Well, there, Prudence, I won't say no more. But you must allow that
Elder Minnett's buttin' in, as the boys say, come pretty nigh
bustin' everything to flinders.
"Come, Tunis. Do sit down or that gal won't be able to dish up
supper, and I'm as hungry as a wolf. Pull up your chair, Prudence.
Ain't this livin', I want to know?" He shuddered luxuriously at the
howl and rattle of the wind without. "Now, folks: 'For that with
which we are about to be blessed make us truly thankful. Amen.' Put
your teeth in one o' them biscuit, Tunis. I want to recommend 'em
to you. Ain't none better on this endurin' Cape--no, sir. We got the
best cook on the Head. If you are ever lucky enough to get one ha'f
as good, Tunis--"
"Now, you be still, Ira," admonished Prudence, smiling comfortingly
at the blushing girl.
"You better sing small, Cap'n Ira," said the skipper of the _Seamew_
hoarsely. "It's mebbe just because we're good-natured and forbearing
that you are keeping your cook for a while."
"Ha!
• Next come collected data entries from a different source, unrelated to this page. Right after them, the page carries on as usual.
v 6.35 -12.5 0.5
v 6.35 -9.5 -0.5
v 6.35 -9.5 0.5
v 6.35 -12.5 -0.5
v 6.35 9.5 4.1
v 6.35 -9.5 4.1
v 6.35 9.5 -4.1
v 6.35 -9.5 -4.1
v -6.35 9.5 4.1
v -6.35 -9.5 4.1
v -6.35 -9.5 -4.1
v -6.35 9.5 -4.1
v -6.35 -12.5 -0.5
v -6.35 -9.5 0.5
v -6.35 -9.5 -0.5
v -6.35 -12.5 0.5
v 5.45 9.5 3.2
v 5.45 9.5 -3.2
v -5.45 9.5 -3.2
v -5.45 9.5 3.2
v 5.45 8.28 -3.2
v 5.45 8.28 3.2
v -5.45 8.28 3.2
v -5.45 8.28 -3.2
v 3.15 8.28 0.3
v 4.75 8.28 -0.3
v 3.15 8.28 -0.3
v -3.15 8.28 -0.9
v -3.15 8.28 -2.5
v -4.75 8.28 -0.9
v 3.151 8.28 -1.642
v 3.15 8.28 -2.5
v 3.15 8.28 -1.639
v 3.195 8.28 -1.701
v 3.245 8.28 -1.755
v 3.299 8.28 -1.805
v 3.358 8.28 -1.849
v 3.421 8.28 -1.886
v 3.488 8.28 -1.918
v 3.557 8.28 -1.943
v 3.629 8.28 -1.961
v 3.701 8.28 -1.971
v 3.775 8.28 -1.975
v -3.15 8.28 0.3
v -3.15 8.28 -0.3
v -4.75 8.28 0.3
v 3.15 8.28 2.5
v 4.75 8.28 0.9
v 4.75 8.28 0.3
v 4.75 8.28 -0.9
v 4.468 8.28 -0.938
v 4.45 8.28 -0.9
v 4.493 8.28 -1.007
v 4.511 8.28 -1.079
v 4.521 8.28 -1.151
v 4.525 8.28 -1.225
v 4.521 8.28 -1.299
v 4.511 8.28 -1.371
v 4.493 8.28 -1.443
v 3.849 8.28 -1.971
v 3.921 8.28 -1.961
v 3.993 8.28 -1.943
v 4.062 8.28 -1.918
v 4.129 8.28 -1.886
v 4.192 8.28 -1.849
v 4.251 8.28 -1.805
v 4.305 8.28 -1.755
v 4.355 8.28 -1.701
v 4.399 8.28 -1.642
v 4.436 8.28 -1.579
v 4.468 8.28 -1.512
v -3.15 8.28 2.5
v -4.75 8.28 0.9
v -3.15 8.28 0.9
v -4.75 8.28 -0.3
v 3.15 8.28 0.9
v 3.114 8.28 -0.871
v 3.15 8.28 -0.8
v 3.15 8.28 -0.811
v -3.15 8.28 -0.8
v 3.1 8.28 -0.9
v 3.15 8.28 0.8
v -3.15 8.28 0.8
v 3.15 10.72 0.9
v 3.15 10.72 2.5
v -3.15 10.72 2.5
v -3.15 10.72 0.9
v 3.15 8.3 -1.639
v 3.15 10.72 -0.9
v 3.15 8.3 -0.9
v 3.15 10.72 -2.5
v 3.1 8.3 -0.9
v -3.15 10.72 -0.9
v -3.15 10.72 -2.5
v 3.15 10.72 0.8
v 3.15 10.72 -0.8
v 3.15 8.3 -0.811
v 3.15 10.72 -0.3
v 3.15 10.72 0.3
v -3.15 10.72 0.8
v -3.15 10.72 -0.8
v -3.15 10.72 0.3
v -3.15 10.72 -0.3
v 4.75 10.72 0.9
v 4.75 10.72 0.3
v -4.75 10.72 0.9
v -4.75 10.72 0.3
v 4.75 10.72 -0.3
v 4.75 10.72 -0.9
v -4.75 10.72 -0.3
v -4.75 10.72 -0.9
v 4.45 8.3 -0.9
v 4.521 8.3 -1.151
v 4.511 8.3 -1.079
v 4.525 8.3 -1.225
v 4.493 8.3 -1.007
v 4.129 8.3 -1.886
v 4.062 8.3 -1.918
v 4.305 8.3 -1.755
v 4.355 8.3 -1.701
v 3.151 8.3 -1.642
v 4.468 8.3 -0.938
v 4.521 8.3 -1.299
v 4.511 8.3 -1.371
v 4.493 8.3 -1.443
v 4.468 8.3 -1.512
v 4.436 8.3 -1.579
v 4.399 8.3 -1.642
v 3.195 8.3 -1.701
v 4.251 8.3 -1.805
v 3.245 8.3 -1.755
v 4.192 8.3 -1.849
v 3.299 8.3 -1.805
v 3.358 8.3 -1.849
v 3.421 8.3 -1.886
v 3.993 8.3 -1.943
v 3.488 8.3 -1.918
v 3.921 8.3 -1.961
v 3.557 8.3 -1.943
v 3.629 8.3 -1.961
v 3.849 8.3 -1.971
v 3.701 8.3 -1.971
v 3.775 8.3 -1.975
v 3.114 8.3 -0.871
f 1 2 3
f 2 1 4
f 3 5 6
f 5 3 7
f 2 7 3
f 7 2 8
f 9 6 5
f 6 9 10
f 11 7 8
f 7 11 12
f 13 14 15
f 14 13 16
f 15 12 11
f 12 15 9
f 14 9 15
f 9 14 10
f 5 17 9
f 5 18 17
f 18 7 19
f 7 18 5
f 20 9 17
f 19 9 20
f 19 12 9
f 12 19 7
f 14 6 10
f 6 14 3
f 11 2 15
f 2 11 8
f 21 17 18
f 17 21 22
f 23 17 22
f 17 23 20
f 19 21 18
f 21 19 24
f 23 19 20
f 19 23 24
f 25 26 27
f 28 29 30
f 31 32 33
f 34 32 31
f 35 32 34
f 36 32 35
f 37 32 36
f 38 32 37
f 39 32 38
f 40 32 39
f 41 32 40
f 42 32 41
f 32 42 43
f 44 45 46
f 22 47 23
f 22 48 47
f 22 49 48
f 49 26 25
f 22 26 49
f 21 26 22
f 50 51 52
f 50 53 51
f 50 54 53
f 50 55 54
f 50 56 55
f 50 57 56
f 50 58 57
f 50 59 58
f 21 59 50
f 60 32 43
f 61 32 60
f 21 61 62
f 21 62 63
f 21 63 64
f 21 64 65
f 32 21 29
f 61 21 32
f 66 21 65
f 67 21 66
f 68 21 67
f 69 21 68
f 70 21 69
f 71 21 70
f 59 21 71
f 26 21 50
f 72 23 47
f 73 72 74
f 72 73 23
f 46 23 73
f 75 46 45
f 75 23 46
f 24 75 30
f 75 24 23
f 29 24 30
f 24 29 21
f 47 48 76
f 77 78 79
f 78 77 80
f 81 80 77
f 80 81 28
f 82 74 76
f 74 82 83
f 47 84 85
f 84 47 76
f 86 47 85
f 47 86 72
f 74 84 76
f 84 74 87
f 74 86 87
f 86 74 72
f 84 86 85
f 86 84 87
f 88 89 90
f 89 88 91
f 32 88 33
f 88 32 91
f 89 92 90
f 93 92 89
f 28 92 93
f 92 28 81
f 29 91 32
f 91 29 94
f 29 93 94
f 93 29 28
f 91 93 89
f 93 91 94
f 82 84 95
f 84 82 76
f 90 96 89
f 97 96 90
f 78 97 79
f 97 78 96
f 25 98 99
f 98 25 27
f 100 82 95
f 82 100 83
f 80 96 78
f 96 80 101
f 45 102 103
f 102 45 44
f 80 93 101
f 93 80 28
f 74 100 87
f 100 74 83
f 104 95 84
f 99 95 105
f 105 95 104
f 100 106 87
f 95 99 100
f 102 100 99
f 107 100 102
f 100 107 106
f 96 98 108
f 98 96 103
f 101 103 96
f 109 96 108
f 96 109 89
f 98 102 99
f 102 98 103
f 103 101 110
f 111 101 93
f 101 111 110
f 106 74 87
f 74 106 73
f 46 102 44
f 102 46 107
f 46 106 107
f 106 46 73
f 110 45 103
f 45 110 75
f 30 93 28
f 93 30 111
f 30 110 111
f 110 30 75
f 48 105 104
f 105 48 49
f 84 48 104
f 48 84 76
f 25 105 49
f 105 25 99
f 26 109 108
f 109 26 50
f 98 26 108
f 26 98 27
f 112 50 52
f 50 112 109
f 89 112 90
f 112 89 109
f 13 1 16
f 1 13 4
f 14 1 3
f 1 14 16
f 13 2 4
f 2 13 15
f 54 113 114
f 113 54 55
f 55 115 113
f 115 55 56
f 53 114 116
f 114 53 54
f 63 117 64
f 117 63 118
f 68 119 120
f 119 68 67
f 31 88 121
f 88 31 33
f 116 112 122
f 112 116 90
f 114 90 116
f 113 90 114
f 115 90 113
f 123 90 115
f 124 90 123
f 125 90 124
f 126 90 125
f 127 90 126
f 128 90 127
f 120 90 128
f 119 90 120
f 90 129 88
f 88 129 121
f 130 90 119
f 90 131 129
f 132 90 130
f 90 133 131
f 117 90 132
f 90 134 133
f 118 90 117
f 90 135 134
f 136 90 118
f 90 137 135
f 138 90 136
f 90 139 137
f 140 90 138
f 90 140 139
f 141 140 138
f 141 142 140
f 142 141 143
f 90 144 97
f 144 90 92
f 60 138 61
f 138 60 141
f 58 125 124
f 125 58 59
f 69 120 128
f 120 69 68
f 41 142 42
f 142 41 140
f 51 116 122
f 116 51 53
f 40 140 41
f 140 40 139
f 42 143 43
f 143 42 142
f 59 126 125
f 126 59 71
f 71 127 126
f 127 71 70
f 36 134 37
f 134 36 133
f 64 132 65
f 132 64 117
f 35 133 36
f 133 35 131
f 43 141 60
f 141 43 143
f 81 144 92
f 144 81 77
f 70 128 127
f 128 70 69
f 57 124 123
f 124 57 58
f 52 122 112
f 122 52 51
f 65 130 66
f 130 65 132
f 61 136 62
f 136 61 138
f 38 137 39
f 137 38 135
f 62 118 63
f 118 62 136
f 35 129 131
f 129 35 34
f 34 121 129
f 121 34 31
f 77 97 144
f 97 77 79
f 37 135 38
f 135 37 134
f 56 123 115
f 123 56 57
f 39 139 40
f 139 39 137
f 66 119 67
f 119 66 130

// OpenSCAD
// 7-segment display (single connected solid)
// Overall dimensions (X,Y,Z) = [12.7, 19, 8.2]
// Fix: Make the front face clearly show a classic 7-segment layout by
// ADDING raised segment bars on the front (recognizable silhouette),
// while keeping everything as ONE connected solid and preserving overall size.

$fn = 64;

// Overall size
display_width  = 12.7;  // X
display_height = 19.0;  // Y (front-back)
display_depth  = 8.2;   // Z (bottom-top)

// Front bezel + recessed window (kept, but not relied upon for visibility)
bezel_thickness = 0.9;
recess_depth    = 1.2;

// Segment geometry (raised on front face for clear 7-seg look)
seg_w     = 1.6;   // segment stroke width (X/Z)
seg_gap   = 0.7;   // gap to window edges
seg_raise = 1.2;   // how far segments protrude from front face (+Y)
seg_overlap = 1.2; // overlap into body for robust union (1-2mm)

// Decimal point (optional, raised)
dp_d      = 1.5;
dp_raise  = seg_raise;

// Pins (kept connected by a rear carrier bar so the model is ONE connected solid)
pin_d        = 0.8;
pin_len      = 3.0;      // extends out the back (negative Y)
pin_spacing  = 2.54;
pin_count    = 4;
pin_bar_h    = 1.0;      // thickness of carrier bar (Z)
pin_overlap  = 1.2;      // overlap into body for robust union (1-2mm requested)

// Robust overlap / numerical epsilon
eps = 0.02;

// Helpers
function clamp(v, lo, hi) = v < lo ? lo : (v > hi ? hi : v);

// Coordinate convention:
// X = width (left-right), Y = height (front-back), Z = depth (bottom-top)
// Body centered at origin. Front face at +Y, back face at -Y.

module body_base() {
    translate([-display_width/2, -display_height/2, -display_depth/2])
        cube([display_width, display_height, display_depth], center=false);
}

module front_recess_cut() {
    // Cut a window recess from the FRONT face (+Y) inward by recess_depth.
    x0 = -display_width/2  + bezel_thickness;
    z0 = -display_depth/2  + bezel_thickness;
    w  =  display_width    - 2*bezel_thickness;
    h  =  display_depth    - 2*bezel_thickness;

    y0 =  display_height/2 - recess_depth;

    translate([x0, y0 - eps, z0])
        cube([w, recess_depth + 2*eps, h], center=false);
}

// --- Raised segment bars (for recognizability) ---
module seg_bar(x, z, w, h) {
    // Place a bar so it overlaps INTO the body by seg_overlap and protrudes by seg_raise.
    // Front face is at y = +display_height/2.
    y_front = display_height/2;
    y0 = y_front - seg_overlap;                 // start inside body
    y_len = seg_overlap + seg_raise;            // extend outwards

    translate([x, y0 - eps, z])
        cube([w, y_len + 2*eps, h], center=false);
}

module segments_7_raised() {
    // Use the same window bounds in X/Z as the recess, so layout is consistent.
    wx0 = -display_width/2  + bezel_thickness;
    wz0 = -display_depth/2  + bezel_thickness;
    ww  =  display_width    - 2*bezel_thickness;
    wh  =  display_depth    - 2*bezel_thickness;

    // Inner usable area for segments
    ix0 = wx0 + seg_gap;
    iz0 = wz0 + seg_gap;
    iw  = ww  - 2*seg_gap;
    ih  = wh  - 2*seg_gap;

    // Horizontal segment length
    hlen = clamp(iw - 2*seg_w, 0.6, iw);

    // Vertical segment height (top and bottom halves)
    vhalf = clamp((ih - 3*seg_w) / 2, 0.6, ih);

    // Z positions for horizontal segments
    z_top    = iz0 + ih - seg_w;
    z_mid    = iz0 + (ih - seg_w)/2;
    z_bottom = iz0;

    // a (top)
    seg_bar(ix0 + seg_w, z_top,    hlen, seg_w);
    // d (bottom)
    seg_bar(ix0 + seg_w, z_bottom, hlen, seg_w);
    // g (middle)
    seg_bar(ix0 + seg_w, z_mid,    hlen, seg_w);

    // f (upper-left)
    seg_bar(ix0, iz0 + ih - seg_w - vhalf, seg_w, vhalf);
    // e (lower-left)
    seg_bar(ix0, iz0 + seg_w,              seg_w, vhalf);

    // b (upper-right)
    seg_bar(ix0 + iw - seg_w, iz0 + ih - seg_w - vhalf, seg_w, vhalf);
    // c (lower-right)
    seg_bar(ix0 + iw - seg_w, iz0 + seg_w,              seg_w, vhalf);
}

module decimal_point_raised() {
    // Raised dot near bottom-right inside the window.
    wx0 = -display_width/2  + bezel_thickness;
    wz0 = -display_depth/2  + bezel_thickness;
    ww  =  display_width    - 2*bezel_thickness;
    wh  =  display_depth    - 2*bezel_thickness;

    ix0 = wx0 + seg_gap;
    iz0 = wz0 + seg_gap;
    iw  = ww  - 2*seg_gap;

    x = ix0 + iw - dp_d*1.15;
    z = iz0 + dp_d*0.35;

    y_front = display_height/2;
    y0 = y_front - seg_overlap;                 // overlap into body
    y_len = seg_overlap + dp_raise;

    translate([x + dp_d/2, y0, z + dp_d/2])
        rotate([90, 0, 0])
            cylinder(h=y_len, d=dp_d, center=false);
}

module pins_connected() {
    // Pins extend out the BACK (negative Y), connected via a carrier bar that overlaps the body.
    total_span = (pin_count - 1) * pin_spacing;
    x_start = -total_span/2;

    // Back face is at -display_height/2
    y_back = -display_height/2;

    // Carrier bar: spans full width, extends outward by pin_len, overlaps into body by pin_overlap
    bar_y0  = y_back - pin_len;      // outer end
    bar_y1  = y_back + pin_overlap;  // overlaps into body
    bar_len = bar_y1 - bar_y0;

    // Place bar centered in Z, sitting at bottom half (simple)
    translate([-display_width/2, bar_y0, -pin_bar_h/2])
        cube([display_width, bar_len, pin_bar_h], center=false);

    // Pins: cylinders along Y, starting inside body for robust union
    for (i = [0:pin_count-1]) {
        x = x_start + i*pin_spacing;
        y_pin0 = y_back + pin_overlap; // start inside body
        translate([x, y_pin0, 0])
            rotate([90, 0, 0])
                cylinder(h=pin_len + pin_overlap, d=pin_d, center=false);
    }
}

module seven_segment_display() {
    union() {
        // Main body with a subtle front recess (kept)
        difference() {
            body_base();
            front_recess_cut();
        }

        // Raised segments on the front face (clear 7-seg appearance)
        segments_7_raised();
        decimal_point_raised();

        // Rear pins assembly (connected via overlap)
        pins_connected();
    }
}

seven_segment_display();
So that's the way the wind blows, eh?" croaked Cap'n Ira. "You
talk big, young man. But we know Sheila better than you do, p'r'aps.
Don't we, Prue?"
His little old wife, with her winter-apple face wrinkled in a smile
of utter confidence, leaned nearer Sheila to pat her hand. The girl
seized the wrinkled claw suddenly and pressed it with both of
hers--pressed it gratefully and with a full-charged heart.
"Don't be disturbed. Don't fear," she whispered so that the old
woman only might not hear. "I will not leave you."
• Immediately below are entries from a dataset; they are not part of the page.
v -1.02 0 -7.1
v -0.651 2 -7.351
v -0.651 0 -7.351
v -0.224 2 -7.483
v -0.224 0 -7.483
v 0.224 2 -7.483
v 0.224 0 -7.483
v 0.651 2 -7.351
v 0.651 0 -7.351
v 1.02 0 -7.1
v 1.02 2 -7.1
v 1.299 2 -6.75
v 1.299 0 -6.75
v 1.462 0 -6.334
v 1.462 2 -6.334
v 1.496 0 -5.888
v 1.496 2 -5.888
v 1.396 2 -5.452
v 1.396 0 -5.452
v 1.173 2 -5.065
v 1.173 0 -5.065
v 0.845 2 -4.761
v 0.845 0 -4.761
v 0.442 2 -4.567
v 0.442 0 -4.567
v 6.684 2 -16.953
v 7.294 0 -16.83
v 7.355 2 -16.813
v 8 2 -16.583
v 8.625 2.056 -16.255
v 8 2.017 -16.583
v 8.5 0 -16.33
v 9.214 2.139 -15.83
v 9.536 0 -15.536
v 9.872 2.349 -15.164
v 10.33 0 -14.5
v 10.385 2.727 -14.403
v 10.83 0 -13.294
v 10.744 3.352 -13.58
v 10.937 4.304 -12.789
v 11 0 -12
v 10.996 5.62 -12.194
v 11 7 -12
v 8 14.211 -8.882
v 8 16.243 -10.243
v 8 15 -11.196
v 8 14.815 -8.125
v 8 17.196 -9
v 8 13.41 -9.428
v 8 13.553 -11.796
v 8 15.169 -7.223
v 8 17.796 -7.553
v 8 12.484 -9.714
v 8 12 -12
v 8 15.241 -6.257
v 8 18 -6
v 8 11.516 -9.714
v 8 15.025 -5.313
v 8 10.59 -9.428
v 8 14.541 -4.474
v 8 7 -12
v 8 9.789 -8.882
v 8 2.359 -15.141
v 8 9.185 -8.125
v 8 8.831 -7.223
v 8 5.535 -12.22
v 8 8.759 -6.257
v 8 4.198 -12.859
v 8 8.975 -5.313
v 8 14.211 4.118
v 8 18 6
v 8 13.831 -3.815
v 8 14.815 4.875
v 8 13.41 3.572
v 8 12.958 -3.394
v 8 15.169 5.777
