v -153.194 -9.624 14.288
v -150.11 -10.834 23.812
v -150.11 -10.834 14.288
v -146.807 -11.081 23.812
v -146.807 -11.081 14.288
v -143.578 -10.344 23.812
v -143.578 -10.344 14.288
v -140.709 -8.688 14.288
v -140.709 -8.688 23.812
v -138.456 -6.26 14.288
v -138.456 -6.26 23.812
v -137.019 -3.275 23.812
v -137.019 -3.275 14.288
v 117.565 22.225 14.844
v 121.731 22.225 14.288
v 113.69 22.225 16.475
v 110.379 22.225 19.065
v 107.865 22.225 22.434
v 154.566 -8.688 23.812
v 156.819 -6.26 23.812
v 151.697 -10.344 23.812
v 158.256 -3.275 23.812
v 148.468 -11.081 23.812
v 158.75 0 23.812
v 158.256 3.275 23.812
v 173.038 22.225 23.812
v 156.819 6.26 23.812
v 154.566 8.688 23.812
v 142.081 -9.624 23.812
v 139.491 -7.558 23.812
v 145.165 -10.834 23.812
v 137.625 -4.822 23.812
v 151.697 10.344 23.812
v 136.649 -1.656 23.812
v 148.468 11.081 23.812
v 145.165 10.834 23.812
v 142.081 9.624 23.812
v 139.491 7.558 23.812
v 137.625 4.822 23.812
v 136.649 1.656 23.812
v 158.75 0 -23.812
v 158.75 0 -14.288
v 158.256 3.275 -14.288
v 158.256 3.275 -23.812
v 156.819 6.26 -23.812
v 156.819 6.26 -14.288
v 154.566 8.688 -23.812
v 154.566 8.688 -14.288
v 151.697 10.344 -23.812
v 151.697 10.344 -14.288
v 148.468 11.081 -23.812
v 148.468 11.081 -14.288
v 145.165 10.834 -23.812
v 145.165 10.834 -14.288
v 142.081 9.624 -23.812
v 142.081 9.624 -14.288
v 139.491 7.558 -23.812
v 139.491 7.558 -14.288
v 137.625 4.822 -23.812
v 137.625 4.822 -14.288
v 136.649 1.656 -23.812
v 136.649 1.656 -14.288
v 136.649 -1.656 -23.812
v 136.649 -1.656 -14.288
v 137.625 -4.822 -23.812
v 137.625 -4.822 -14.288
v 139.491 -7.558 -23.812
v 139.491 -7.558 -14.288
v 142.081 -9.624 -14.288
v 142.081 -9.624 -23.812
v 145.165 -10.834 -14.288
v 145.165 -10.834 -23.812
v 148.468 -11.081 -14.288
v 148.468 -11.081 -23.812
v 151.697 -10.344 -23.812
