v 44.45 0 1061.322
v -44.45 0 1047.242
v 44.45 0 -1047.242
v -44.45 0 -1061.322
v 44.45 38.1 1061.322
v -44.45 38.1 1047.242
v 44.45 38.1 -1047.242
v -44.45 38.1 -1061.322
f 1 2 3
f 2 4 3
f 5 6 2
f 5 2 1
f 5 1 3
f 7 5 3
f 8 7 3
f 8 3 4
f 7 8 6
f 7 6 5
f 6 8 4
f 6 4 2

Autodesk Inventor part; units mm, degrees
ref_plane "YZ Plane" through (0, 0, 0) normal (1, 0, 0) x (0, 1, 0)
ref_plane "XZ Plane" through (0, 0, 0) normal (0, 1, 0) x (-1, 0, 0)
ref_plane "XY Plane" through (0, 0, 0) normal (0, 0, 1) x (1, 0, 0)
sketch "Sketch1" plane through (0, 0, 0) normal (0, 1, 0) x (-1, 0, 0)
  line L0 (-44.45, 1047.242) -> (-44.45, -1047.242)
  line L1 (-44.45, -1047.242) -> (44.45, -1047.242)
  line L2 (44.45, -1047.242) -> (44.45, 1047.242)
  line L3 (44.45, 1047.242) -> (-44.45, 1047.242)
  line L4 (-44.45, 1047.242) -> (44.45, -1047.242) construction
  line L5 (-44.45, -1047.242) -> (44.45, 1047.242) construction
  point P0 (0, 0)
  dimension "d0" = 2094.484
  dimension "d1" = 88.9
extrude "Extrusion1" add sketch "Sketch1" along normal blind 38.1
sketch "Sketch4" plane through (0, 38.1, 0) normal (0, 1, 0) x (1, 0, 0)
  line L0 (-44.45, 1047.242) -> (-44.45, -1047.242) projected
  line L1 (-44.45, -1047.242) -> (44.45, -1061.3224)
  line L2 (44.45, -1047.242) -> (44.45, 1047.242) projected
  line L3 (44.45, -1061.3224) -> (44.45, -1047.242)
  line L4 (-44.45, -1047.242) -> (44.45, -1047.242) projected
  point P0 (0, 0)
  dimension "d8" = 9
extrude "Extrusion3" add sketch "Sketch4" against normal blind 38.1
sketch "Sketch5" plane through (0, 38.1, 0) normal (0, 1, 0) x (1, 0, 0)
  line L0 (44.45, -1061.3224) -> (44.45, 1047.242) projected
  line L1 (44.45, 1047.242) -> (-44.45, 1061.3224)
  line L2 (44.45, 1047.242) -> (-44.45, 1047.242) projected
  line L3 (-44.45, 1061.3224) -> (-44.45, 1047.242)
  line L4 (-44.45, 1047.242) -> (44.45, 1047.242)
  line L5 (-44.45, 1047.242) -> (-44.45, -1047.242) projected
  point P0 (0, 0)
  dimension "d11" = 9
extrude "Extrusion4" add sketch "Sketch5" against normal blind 38.1
properties part number "Back 2x4" material "Wood (Walnut)"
The two men looked deeply into each other's eyes and with a great
understanding. They are not demonstrative, these Cape men, not as a
rule; but Cap'n Ira and Tunis Latham understood all entailed in that
promise so softly given, and they subscribed to it. Sheila was to
have her way.
Hours later Tunis lit the lamp in his bedroom and then stood before
his window, gazing out into the driving snow. Almost immediately he
saw the gleam of another lamp, far up the slope, showing from that
north window of Sheila's chamber in the old Ball house.
This was the signal they had agreed upon--their good-night symbol
whenever he was at home. He stood there a long time, looking out.
Although the wintry wind raved across Wreckers' Head and the snow
scurried wildly before it, there was springtime in the hearts of
Tunis Latham and Sheila--the springtime of their hopes.